Xi, Modi pledge to ease China-India border tensions in rare meet

Xi, Modi pledge to ease China-India border tensions in rare meet

Chinese President Xi Jinping and Indian Prime Minister Narendra Modi have pledged to de-escalate tensions at their disputed border, in response to the Indian Foreign Ministry.

The pledge got here Thursday as the 2 leaders held a uncommon assembly on the sidelines of the BRICS summit in South Africa’s Johannesburg.

India’s Foreign Secretary Vinay Mohan Kwatra instructed Indian reporters that Modi, in an impromptu assembly with Xi, highlighted India’s considerations about their unresolved border points.

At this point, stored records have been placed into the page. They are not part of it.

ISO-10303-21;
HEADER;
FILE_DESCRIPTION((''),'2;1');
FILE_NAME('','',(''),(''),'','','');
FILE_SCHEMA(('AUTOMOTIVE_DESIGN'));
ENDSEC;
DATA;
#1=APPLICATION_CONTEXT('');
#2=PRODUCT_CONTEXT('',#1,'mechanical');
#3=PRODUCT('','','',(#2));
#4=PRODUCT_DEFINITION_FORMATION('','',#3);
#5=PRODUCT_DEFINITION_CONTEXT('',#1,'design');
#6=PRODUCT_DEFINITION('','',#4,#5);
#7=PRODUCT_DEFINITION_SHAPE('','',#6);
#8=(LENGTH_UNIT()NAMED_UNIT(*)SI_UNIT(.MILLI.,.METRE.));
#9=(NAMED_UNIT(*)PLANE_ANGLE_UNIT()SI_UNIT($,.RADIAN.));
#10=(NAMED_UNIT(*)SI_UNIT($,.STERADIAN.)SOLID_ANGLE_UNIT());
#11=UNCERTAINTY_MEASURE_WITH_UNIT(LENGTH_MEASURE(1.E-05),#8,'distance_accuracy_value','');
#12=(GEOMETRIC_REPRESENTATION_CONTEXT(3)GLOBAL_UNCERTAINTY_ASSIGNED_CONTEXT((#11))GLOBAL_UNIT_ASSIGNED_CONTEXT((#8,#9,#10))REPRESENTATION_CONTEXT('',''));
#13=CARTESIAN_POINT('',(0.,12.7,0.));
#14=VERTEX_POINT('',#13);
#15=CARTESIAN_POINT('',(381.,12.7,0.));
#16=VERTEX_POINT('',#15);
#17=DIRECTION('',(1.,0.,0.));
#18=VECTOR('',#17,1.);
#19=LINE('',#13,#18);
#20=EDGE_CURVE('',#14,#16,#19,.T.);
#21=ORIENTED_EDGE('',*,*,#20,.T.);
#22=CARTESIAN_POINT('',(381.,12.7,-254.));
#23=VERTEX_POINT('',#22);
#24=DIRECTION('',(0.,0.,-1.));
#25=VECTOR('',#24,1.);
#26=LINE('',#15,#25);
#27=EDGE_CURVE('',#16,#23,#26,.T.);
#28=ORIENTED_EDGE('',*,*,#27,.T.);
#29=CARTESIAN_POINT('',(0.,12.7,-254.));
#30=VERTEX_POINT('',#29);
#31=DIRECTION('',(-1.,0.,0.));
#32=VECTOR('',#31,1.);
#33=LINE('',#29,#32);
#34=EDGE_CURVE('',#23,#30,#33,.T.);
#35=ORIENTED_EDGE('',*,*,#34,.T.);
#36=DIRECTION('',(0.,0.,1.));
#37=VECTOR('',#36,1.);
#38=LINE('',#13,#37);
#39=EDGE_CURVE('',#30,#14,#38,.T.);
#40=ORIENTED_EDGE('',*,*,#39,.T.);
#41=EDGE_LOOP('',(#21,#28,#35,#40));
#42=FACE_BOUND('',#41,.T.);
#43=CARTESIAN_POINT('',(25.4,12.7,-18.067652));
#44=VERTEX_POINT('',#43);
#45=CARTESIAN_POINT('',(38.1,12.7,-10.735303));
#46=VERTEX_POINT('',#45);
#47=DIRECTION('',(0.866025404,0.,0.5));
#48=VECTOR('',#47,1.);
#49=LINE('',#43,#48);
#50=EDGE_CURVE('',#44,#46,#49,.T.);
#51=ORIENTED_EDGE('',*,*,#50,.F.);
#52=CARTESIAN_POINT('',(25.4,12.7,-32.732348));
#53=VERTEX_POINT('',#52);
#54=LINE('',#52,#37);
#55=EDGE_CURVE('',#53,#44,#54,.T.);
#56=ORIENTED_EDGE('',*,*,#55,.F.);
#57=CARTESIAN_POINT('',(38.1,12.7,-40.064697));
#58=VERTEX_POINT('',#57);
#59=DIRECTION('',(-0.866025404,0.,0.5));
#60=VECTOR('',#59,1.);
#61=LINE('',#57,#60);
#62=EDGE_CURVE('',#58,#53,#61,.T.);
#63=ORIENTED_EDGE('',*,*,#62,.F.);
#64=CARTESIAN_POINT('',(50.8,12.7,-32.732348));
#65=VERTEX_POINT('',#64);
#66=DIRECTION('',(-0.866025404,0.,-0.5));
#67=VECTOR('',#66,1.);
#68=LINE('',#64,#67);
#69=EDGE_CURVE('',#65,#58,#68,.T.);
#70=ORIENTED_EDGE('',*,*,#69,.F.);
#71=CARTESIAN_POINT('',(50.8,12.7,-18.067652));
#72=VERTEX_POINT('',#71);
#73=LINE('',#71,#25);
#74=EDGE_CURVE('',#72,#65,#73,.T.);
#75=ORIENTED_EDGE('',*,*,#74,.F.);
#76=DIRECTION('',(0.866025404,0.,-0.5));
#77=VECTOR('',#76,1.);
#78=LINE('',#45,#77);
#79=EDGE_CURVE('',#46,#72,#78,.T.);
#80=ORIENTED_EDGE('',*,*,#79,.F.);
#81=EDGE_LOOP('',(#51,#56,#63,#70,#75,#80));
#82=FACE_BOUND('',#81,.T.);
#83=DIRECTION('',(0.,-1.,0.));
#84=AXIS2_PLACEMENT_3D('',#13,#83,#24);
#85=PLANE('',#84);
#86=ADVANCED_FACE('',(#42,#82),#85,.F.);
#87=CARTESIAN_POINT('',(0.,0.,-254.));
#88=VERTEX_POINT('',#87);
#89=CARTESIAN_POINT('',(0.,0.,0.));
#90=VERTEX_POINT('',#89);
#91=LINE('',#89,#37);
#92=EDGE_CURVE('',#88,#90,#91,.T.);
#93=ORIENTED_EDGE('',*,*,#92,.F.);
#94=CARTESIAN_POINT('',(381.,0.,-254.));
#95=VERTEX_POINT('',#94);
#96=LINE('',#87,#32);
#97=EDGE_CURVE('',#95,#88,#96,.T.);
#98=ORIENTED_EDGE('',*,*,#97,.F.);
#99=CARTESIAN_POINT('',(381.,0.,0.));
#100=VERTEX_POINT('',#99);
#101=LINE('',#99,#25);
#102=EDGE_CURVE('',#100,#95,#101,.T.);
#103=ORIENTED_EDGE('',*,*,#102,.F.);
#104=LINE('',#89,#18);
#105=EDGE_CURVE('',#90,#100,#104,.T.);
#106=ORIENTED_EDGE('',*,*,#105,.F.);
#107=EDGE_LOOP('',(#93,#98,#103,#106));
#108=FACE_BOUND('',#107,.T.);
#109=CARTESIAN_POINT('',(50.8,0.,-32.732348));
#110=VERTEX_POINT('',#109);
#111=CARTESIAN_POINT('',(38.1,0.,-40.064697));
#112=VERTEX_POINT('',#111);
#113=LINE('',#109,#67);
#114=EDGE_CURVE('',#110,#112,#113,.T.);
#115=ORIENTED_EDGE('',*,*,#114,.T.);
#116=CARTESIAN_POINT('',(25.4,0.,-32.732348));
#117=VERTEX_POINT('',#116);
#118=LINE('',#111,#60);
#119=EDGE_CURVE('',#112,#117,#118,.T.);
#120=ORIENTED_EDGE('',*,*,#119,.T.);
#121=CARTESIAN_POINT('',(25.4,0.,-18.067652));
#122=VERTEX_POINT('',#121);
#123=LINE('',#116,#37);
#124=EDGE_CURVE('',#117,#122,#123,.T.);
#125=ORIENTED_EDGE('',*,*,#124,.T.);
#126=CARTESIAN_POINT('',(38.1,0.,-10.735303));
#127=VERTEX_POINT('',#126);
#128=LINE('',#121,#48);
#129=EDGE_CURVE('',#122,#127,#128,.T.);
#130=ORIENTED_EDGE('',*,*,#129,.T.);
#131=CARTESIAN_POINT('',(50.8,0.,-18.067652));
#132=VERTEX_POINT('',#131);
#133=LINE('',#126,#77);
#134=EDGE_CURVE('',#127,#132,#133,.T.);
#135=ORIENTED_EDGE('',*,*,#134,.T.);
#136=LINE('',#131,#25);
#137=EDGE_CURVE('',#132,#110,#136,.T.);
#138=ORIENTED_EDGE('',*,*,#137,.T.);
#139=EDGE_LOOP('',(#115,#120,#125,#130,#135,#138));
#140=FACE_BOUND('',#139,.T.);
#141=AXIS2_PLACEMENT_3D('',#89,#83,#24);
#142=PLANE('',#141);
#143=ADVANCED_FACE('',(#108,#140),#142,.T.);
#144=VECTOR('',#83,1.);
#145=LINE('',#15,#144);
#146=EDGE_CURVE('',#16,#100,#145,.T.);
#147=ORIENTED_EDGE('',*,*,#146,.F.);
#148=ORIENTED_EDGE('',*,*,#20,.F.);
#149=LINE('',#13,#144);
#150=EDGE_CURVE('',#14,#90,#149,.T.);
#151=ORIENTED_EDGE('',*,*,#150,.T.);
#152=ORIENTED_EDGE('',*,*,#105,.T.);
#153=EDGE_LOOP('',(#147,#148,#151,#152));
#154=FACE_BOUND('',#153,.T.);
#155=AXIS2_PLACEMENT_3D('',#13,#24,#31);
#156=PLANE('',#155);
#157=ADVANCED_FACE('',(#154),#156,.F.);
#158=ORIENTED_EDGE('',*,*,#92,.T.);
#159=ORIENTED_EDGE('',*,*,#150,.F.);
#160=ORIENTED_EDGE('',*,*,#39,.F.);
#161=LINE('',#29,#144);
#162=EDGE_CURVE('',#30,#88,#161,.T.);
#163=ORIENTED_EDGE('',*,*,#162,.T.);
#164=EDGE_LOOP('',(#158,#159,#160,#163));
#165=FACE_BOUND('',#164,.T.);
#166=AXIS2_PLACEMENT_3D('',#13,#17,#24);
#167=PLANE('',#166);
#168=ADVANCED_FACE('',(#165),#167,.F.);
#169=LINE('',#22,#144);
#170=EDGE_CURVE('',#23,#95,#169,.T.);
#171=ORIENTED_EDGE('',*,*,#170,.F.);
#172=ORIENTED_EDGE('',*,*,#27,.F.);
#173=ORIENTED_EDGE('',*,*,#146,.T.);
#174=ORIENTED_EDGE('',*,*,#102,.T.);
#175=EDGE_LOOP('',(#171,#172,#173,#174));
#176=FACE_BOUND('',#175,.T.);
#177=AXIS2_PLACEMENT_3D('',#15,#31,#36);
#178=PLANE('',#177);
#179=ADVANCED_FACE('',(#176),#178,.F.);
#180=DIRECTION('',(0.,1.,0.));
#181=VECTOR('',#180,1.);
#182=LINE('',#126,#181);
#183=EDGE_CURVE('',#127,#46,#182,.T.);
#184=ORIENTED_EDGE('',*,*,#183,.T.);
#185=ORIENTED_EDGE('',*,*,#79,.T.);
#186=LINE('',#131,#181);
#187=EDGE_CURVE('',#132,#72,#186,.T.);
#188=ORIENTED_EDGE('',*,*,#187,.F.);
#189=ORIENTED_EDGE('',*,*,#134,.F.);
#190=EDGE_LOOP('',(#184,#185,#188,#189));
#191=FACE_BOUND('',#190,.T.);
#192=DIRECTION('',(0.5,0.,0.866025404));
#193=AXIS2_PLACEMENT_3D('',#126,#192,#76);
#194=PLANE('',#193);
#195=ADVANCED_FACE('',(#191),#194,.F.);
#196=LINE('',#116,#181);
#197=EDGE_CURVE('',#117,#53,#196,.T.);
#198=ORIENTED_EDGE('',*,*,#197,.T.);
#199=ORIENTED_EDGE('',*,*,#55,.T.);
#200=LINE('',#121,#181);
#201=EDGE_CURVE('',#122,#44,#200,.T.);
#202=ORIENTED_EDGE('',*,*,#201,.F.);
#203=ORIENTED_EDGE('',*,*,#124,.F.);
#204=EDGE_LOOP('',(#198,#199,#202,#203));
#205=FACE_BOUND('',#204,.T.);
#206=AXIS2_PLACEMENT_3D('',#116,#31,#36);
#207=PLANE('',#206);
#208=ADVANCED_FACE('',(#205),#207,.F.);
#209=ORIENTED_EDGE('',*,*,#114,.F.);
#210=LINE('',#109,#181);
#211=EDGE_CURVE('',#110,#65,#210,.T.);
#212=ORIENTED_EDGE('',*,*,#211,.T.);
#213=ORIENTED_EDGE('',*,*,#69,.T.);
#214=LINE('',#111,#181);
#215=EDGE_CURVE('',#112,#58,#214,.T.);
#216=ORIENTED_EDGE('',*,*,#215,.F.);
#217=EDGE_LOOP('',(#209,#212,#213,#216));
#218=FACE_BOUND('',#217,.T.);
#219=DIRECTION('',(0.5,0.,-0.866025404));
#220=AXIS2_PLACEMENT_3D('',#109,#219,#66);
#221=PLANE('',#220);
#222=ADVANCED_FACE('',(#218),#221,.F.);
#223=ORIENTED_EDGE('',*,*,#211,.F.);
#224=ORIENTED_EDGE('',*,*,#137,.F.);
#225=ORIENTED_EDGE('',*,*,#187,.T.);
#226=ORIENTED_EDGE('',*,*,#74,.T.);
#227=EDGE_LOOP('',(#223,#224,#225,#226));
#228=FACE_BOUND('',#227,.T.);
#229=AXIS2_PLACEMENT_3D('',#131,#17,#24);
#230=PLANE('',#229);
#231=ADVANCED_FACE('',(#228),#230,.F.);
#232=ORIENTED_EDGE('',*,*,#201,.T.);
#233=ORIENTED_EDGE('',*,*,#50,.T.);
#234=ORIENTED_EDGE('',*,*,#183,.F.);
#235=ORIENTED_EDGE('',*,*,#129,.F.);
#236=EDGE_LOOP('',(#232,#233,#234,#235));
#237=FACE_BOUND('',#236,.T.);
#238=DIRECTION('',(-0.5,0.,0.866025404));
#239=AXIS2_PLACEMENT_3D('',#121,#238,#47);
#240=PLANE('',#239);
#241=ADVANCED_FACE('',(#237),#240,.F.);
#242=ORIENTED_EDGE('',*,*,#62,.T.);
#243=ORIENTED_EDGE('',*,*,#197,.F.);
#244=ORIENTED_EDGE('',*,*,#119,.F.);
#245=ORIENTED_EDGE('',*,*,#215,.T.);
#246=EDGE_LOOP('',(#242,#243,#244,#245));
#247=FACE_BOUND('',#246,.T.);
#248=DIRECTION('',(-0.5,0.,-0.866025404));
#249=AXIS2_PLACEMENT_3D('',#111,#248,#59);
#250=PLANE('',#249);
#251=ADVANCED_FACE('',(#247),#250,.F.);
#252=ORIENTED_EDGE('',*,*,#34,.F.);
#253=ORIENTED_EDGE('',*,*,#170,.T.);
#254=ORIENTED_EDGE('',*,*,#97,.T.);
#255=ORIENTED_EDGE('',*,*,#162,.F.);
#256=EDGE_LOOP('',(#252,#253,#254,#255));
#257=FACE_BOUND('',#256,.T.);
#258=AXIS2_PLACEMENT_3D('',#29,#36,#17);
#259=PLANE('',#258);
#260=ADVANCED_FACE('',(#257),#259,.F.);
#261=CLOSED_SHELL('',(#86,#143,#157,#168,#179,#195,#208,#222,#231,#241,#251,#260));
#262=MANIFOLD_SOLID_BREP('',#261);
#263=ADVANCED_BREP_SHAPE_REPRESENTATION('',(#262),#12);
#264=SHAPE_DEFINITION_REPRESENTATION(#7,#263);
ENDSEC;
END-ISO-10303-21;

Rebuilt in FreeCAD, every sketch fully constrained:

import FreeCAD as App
import Part
import Sketcher

V = App.Vector
Q = App.Units.Quantity

doc = App.newDocument("Part")
body = doc.addObject("PartDesign::Body", "Body")

sketch1 = body.newObject("Sketcher::SketchObject", "Sketch")
sketch1.AttachmentSupport = (doc.getObject("XZ_Plane"), [""])
sketch1.MapMode = "FlatFace"
sketch1.addGeometry(Part.LineSegment(V(0, -254, 0), V(0, 0, 0)), False)
sketch1.addGeometry(Part.LineSegment(V(0, 0, 0), V(381, 0, 0)), False)
sketch1.addGeometry(Part.LineSegment(V(381, 0, 0), V(381, -254, 0)), False)
sketch1.addGeometry(Part.LineSegment(V(381, -254, 0), V(0, -254, 0)), False)
sketch1.addConstraint(Sketcher.Constraint("Coincident", 0, 2, 1, 1))
sketch1.addConstraint(Sketcher.Constraint("Coincident", 1, 2, 2, 1))
sketch1.addConstraint(Sketcher.Constraint("Coincident", 2, 2, 3, 1))
sketch1.addConstraint(Sketcher.Constraint("Coincident", 3, 2, 0, 1))
sketch1.addConstraint(Sketcher.Constraint("Vertical", 0))
sketch1.addConstraint(Sketcher.Constraint("Horizontal", 1))
sketch1.addConstraint(Sketcher.Constraint("Vertical", 2))
sketch1.addConstraint(Sketcher.Constraint("Horizontal", 3))
sketch1.addConstraint(Sketcher.Constraint("Coincident", 0, 2, -1, 1))
sketch1.addConstraint(Sketcher.Constraint("DistanceX", 1, 1, 1, 2, Q("15 in")))
sketch1.addConstraint(Sketcher.Constraint("DistanceY", 0, 1, 0, 2, Q("10 in")))
pad1 = body.newObject("PartDesign::Pad", "Pad")
pad1.Profile = sketch1
pad1.Length = Q("0.5 in")
pad1.Reversed = True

The disputed boundary has led to a three-year standoff between tens of hundreds of Indian and Chinese troopers within the Ladakh space. A conflict three years in the past within the area killed 20 Indian troopers and 4 Chinese.

Kwatra mentioned the 2 leaders agreed to accentuate efforts however didn’t say something about what Xi’s response to Modi’s expressed considerations or elaborate on particulars of what the Indian prime minister mentioned.

The Chinese embassy in New Delhi later tweeted a overseas ministry assertion saying that President Xi pressured that bettering China-India relations served their frequent pursuits and was additionally conducive to peace, stability and improvement of the world and the area.

“The two sides should bear in mind the overall interests of their bilateral relations and handle properly the border issue so as to jointly safeguard peace and tranquility in the border region,” it mentioned.

Indian and Chinese navy commanders met final week in an obvious effort to stabilize the state of affairs. A Line of Actual Control separates Chinese and Indian-held territories from Ladakh within the west to India’s japanese state of Arunachal Pradesh, which China claims in its entirety.

India and China had fought a battle over their border in 1962. China claims some 90,000 sq. kilometers (35,000 sq. miles) of territory in India’s northeast, together with Arunachal Pradesh with its primarily Buddhist inhabitants.

India says China occupies 38,000 sq. kilometers (15,000 sq. miles) of its territory within the Aksai Chin Plateau, which India considers a part of Ladakh, the place the present faceoff is going on.